The task
From the records below, transcribe exactly the lines that begin at the line with "e28 v23 v22 LINE" and end at the line with "v28 (-33.669994,-88.57432,-132.481368)", both included.

+++ Data shown +++

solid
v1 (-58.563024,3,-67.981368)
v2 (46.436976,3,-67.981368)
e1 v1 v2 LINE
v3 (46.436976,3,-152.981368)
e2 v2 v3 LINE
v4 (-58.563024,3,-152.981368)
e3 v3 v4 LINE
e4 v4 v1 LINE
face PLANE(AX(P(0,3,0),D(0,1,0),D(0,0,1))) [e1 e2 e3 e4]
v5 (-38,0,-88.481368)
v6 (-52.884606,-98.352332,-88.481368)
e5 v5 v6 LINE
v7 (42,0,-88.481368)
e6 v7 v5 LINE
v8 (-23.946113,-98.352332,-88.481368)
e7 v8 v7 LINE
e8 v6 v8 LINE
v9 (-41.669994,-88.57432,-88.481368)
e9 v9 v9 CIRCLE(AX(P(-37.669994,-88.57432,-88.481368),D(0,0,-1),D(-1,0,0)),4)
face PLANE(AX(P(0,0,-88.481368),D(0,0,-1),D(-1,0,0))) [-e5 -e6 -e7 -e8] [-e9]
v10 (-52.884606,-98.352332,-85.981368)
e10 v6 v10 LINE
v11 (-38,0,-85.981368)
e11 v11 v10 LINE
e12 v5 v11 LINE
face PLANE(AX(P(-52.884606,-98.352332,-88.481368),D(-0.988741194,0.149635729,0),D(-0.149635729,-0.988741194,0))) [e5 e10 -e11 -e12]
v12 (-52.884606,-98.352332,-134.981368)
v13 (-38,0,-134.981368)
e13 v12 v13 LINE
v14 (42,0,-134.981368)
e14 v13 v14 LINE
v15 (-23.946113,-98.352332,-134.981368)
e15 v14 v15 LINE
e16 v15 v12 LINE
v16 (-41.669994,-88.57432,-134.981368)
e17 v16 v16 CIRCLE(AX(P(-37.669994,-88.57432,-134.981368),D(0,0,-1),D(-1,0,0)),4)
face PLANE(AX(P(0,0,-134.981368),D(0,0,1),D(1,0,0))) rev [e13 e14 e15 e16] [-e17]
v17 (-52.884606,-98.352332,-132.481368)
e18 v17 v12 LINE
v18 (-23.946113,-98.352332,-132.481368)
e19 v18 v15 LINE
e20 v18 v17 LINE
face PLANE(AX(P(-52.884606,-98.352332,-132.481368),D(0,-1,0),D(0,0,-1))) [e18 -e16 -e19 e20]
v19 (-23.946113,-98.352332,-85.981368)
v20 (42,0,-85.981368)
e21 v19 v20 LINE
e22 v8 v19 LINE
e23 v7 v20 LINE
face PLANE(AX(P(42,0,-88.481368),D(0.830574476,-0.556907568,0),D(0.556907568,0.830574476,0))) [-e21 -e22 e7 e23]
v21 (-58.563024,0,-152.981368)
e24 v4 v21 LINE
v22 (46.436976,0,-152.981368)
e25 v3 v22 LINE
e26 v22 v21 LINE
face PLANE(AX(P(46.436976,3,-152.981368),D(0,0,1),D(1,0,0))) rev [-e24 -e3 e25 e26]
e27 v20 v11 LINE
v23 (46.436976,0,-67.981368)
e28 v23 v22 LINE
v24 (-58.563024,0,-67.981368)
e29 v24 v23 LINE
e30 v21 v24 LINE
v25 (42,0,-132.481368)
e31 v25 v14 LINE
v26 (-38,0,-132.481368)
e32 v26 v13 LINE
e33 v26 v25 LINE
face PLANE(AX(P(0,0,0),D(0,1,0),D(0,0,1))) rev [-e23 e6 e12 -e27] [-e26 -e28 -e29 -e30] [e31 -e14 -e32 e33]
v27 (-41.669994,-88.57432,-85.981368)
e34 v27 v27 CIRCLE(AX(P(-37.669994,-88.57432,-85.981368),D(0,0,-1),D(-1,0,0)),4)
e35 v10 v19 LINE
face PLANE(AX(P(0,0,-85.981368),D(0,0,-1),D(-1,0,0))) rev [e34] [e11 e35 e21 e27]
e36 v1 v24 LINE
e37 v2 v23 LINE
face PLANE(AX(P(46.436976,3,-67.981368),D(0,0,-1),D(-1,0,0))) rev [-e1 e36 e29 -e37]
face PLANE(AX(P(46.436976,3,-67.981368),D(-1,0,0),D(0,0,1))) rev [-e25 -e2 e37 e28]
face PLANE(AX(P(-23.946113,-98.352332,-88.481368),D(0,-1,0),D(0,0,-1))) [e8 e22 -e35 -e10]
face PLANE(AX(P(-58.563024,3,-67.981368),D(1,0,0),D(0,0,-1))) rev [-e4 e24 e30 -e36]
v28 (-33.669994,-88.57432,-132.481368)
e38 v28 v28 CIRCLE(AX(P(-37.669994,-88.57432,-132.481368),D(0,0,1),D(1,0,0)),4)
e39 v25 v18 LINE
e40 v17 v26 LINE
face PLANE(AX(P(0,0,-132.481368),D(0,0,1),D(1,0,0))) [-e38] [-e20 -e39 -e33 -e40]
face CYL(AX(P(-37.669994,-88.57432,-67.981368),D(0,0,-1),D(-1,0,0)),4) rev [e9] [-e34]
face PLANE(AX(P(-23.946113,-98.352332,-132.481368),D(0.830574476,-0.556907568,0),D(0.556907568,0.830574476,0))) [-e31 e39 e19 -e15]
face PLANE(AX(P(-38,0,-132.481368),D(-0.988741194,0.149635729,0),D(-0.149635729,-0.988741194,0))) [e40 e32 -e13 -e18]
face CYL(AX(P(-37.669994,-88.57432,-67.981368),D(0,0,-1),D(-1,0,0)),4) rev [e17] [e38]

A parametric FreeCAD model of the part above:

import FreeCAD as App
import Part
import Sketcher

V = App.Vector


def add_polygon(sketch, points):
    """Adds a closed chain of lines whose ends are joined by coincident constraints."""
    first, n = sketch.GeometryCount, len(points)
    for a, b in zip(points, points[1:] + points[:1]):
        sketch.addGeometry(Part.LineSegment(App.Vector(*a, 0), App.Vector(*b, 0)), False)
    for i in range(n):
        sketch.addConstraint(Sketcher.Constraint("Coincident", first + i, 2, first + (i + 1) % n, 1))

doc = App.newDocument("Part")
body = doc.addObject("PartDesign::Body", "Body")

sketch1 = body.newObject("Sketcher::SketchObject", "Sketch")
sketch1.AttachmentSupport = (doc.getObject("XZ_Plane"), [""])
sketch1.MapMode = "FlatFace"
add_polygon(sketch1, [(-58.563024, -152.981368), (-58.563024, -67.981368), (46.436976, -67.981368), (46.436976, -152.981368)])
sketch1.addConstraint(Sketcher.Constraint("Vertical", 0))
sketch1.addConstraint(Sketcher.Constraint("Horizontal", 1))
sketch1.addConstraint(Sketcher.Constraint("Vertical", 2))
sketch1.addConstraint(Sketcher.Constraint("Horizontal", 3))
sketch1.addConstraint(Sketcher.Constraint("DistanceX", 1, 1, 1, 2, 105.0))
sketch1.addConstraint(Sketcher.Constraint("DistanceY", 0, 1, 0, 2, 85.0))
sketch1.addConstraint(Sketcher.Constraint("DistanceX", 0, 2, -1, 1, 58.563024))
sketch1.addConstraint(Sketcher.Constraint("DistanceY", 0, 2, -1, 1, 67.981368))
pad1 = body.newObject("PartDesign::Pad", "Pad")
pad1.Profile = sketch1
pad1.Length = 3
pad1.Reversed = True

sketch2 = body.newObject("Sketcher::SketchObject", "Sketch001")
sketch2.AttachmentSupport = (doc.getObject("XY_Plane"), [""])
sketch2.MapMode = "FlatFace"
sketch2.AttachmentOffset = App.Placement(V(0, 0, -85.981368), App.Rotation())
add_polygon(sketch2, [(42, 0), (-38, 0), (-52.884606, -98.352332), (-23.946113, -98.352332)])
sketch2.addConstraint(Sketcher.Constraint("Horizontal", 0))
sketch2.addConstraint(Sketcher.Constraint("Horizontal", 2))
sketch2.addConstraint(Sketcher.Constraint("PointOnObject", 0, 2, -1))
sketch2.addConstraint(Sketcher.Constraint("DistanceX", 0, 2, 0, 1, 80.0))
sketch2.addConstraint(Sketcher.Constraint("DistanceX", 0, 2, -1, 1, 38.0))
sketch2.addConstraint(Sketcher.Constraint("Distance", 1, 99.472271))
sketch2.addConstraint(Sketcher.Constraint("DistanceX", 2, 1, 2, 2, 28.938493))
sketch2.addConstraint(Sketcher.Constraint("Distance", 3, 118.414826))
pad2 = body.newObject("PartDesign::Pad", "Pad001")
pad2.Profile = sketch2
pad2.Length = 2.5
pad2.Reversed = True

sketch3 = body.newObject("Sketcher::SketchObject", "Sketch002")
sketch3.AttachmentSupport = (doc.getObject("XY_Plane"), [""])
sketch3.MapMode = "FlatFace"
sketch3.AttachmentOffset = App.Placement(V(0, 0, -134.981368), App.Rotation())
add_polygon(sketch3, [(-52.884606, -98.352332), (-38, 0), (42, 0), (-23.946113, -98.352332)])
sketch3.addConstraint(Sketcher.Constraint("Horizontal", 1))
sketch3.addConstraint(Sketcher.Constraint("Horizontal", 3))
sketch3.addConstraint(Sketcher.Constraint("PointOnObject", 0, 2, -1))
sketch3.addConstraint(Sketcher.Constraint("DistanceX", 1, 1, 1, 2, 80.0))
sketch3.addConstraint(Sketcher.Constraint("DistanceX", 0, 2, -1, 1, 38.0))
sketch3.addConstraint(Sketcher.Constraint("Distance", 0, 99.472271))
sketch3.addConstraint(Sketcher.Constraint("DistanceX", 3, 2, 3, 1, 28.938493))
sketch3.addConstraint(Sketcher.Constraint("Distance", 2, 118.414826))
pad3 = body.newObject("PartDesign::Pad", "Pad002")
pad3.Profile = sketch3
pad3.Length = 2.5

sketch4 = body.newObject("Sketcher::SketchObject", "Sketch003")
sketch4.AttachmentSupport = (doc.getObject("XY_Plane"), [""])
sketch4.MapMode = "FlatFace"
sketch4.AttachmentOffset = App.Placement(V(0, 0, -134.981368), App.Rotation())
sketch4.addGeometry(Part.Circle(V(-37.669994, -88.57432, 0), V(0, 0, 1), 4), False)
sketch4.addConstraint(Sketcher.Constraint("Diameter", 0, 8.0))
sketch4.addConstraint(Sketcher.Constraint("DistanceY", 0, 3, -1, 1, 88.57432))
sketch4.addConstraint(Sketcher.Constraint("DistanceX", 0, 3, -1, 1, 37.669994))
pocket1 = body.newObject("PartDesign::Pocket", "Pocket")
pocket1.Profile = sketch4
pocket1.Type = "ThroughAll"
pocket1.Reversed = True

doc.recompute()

+++
+++ Data shown +++

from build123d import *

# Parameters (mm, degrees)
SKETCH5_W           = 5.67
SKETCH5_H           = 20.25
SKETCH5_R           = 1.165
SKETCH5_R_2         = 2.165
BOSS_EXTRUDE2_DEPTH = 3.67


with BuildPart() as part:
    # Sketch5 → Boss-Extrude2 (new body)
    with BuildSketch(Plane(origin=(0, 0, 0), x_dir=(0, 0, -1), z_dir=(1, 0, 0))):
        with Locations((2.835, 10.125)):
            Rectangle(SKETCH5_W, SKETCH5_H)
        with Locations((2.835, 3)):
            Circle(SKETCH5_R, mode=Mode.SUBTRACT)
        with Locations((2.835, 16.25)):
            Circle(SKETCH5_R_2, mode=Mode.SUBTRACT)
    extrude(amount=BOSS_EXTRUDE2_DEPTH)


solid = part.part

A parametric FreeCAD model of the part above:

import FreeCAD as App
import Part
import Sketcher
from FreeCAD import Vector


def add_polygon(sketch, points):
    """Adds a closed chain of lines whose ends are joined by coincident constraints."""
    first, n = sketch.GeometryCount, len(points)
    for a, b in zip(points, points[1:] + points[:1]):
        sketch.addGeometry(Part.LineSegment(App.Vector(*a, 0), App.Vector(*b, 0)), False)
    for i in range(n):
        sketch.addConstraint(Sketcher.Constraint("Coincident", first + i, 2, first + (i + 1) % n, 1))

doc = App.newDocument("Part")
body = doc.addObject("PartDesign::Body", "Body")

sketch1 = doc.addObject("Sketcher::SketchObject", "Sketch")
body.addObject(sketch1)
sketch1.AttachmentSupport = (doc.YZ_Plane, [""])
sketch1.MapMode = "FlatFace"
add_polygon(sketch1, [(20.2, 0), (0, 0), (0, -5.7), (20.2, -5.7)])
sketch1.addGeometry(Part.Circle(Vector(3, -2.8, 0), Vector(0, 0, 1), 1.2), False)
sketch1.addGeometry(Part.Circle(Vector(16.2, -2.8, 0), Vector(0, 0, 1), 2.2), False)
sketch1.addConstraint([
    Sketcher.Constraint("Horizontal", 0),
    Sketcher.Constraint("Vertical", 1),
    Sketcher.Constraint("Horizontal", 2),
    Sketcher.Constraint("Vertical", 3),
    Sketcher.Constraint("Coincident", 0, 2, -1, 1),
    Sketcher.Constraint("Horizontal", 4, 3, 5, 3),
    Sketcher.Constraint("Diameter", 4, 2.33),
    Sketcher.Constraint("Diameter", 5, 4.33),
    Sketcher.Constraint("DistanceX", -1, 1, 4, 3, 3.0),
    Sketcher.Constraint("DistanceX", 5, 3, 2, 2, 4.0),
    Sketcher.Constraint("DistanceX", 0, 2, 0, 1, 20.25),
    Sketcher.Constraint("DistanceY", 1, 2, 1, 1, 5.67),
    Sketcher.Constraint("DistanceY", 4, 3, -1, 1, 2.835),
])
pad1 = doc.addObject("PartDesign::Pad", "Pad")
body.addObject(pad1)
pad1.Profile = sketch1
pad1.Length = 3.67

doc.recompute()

+++

Finished task
e28 v23 v22 LINE
v24 (-58.563024,0,-67.981368)
e29 v24 v23 LINE
e30 v21 v24 LINE
v25 (42,0,-132.481368)
e31 v25 v14 LINE
v26 (-38,0,-132.481368)
e32 v26 v13 LINE
e33 v26 v25 LINE
face PLANE(AX(P(0,0,0),D(0,1,0),D(0,0,1))) rev [-e23 e6 e12 -e27] [-e26 -e28 -e29 -e30] [e31 -e14 -e32 e33]
v27 (-41.669994,-88.57432,-85.981368)
e34 v27 v27 CIRCLE(AX(P(-37.669994,-88.57432,-85.981368),D(0,0,-1),D(-1,0,0)),4)
e35 v10 v19 LINE
face PLANE(AX(P(0,0,-85.981368),D(0,0,-1),D(-1,0,0))) rev [e34] [e11 e35 e21 e27]
e36 v1 v24 LINE
e37 v2 v23 LINE
face PLANE(AX(P(46.436976,3,-67.981368),D(0,0,-1),D(-1,0,0))) rev [-e1 e36 e29 -e37]
face PLANE(AX(P(46.436976,3,-67.981368),D(-1,0,0),D(0,0,1))) rev [-e25 -e2 e37 e28]
face PLANE(AX(P(-23.946113,-98.352332,-88.481368),D(0,-1,0),D(0,0,-1))) [e8 e22 -e35 -e10]
face PLANE(AX(P(-58.563024,3,-67.981368),D(1,0,0),D(0,0,-1))) rev [-e4 e24 e30 -e36]
v28 (-33.669994,-88.57432,-132.481368)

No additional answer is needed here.